§ WHAT THIS TASK INVOLVES: What you need to produce from the material below is an exact transcription of the lines from the one with "f 38 120 121" through the one with "f 103 99 146", both included, and no other line.

BEGIN RECORD EXTRACTS

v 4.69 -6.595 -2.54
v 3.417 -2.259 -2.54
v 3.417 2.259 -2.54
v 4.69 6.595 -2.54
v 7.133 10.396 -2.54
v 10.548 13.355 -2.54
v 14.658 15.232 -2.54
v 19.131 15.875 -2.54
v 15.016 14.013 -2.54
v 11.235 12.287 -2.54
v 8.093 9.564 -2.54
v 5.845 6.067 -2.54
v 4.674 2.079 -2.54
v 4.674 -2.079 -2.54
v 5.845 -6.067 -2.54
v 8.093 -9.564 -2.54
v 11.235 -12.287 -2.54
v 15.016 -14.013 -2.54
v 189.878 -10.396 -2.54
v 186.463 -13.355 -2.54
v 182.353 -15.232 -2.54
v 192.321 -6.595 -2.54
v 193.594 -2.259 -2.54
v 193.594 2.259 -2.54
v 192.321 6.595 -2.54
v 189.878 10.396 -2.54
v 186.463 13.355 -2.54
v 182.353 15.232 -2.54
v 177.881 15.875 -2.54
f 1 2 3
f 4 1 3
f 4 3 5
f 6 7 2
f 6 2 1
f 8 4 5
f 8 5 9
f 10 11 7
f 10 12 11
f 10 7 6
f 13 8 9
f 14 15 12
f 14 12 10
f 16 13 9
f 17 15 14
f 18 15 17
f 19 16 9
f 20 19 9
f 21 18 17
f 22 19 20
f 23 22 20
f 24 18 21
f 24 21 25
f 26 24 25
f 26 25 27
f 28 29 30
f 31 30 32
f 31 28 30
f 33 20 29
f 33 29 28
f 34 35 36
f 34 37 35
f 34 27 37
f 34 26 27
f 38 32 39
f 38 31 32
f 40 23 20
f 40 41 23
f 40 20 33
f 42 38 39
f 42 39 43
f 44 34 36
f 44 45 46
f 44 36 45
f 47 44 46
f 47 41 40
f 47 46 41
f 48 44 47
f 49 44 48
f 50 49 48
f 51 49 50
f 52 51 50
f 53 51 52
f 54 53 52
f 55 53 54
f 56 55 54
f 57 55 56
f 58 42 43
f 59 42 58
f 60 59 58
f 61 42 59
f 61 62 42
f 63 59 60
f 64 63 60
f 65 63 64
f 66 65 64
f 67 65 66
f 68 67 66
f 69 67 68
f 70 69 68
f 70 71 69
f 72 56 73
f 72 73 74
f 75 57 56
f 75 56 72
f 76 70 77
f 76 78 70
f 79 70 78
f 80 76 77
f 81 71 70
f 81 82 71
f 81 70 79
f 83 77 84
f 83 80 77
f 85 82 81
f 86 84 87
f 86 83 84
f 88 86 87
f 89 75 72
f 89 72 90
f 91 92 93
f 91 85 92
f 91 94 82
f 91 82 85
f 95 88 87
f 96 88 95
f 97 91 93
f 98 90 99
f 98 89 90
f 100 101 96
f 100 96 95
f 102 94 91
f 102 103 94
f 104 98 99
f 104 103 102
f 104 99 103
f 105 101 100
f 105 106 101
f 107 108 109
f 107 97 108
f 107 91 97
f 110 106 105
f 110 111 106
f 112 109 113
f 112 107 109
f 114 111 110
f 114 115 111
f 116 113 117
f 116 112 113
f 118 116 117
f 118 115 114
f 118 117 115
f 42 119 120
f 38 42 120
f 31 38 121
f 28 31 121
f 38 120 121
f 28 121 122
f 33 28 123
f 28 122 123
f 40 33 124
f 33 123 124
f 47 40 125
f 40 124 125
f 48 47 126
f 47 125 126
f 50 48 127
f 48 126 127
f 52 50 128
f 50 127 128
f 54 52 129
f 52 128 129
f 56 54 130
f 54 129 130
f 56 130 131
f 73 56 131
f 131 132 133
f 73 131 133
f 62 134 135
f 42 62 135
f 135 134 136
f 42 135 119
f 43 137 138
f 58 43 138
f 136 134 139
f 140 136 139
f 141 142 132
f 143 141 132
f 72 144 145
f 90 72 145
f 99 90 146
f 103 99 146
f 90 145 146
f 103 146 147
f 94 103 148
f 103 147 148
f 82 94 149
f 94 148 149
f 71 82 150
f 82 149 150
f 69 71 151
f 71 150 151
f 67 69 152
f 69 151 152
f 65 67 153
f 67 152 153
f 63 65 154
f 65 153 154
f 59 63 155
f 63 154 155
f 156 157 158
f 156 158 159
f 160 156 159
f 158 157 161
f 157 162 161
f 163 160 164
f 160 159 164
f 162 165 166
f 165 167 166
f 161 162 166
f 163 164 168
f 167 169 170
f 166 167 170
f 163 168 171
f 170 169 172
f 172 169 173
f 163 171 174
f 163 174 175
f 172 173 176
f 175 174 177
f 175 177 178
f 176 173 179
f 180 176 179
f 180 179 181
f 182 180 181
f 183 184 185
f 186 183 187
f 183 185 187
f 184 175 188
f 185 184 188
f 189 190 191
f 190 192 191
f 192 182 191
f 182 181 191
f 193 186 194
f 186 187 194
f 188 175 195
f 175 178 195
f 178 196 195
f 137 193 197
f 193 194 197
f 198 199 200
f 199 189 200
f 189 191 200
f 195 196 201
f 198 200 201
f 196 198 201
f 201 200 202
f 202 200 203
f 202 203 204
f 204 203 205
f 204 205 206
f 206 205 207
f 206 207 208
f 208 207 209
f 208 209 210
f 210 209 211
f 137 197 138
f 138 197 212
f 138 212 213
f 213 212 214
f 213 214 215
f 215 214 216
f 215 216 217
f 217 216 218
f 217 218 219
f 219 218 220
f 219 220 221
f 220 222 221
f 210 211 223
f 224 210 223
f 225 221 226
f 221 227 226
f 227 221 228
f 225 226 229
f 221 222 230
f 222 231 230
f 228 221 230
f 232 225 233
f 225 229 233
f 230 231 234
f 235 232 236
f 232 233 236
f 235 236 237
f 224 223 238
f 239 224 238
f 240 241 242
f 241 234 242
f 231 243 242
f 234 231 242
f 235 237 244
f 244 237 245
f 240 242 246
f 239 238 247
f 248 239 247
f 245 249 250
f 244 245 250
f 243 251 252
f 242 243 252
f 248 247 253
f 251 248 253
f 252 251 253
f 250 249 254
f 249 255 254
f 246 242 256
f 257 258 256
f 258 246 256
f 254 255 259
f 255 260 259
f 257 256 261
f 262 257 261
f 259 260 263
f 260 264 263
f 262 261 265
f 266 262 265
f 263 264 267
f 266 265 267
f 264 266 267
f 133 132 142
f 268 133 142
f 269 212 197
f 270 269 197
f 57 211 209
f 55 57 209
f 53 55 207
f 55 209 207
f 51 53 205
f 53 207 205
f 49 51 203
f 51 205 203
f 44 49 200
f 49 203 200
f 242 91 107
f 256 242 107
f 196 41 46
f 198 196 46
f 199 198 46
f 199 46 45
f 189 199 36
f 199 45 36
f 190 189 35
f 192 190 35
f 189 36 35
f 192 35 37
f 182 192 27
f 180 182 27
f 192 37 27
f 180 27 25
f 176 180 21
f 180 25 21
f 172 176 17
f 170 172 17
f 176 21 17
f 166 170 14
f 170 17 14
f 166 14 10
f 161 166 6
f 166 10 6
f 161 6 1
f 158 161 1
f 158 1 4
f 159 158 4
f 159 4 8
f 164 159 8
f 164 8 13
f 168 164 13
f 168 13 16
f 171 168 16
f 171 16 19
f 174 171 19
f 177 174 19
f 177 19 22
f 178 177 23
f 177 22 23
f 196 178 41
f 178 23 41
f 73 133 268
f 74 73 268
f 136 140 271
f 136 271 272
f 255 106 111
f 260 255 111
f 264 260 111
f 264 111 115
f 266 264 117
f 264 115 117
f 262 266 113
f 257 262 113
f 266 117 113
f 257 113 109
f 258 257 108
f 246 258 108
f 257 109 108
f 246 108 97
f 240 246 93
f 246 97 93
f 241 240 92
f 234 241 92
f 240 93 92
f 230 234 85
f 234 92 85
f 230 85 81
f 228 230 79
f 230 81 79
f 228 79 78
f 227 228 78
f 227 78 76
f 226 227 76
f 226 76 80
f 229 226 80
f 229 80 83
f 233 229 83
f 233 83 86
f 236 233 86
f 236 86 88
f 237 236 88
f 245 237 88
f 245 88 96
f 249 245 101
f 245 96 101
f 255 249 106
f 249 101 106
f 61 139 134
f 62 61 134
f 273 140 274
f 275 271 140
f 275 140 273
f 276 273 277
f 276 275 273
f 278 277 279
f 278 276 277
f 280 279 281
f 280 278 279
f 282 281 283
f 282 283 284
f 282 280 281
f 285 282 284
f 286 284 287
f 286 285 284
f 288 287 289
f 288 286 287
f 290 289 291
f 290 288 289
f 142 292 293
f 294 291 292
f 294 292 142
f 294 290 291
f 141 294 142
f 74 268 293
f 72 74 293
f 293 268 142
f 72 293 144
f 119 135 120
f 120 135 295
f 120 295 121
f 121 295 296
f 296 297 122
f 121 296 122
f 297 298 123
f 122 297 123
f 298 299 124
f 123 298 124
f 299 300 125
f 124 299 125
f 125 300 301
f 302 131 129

END RECORD EXTRACTS

§ ANSWER BOX:
f 38 120 121
f 28 121 122
f 33 28 123
f 28 122 123
f 40 33 124
f 33 123 124
f 47 40 125
f 40 124 125
f 48 47 126
f 47 125 126
f 50 48 127
f 48 126 127
f 52 50 128
f 50 127 128
f 54 52 129
f 52 128 129
f 56 54 130
f 54 129 130
f 56 130 131
f 73 56 131
f 131 132 133
f 73 131 133
f 62 134 135
f 42 62 135
f 135 134 136
f 42 135 119
f 43 137 138
f 58 43 138
f 136 134 139
f 140 136 139
f 141 142 132
f 143 141 132
f 72 144 145
f 90 72 145
f 99 90 146
f 103 99 146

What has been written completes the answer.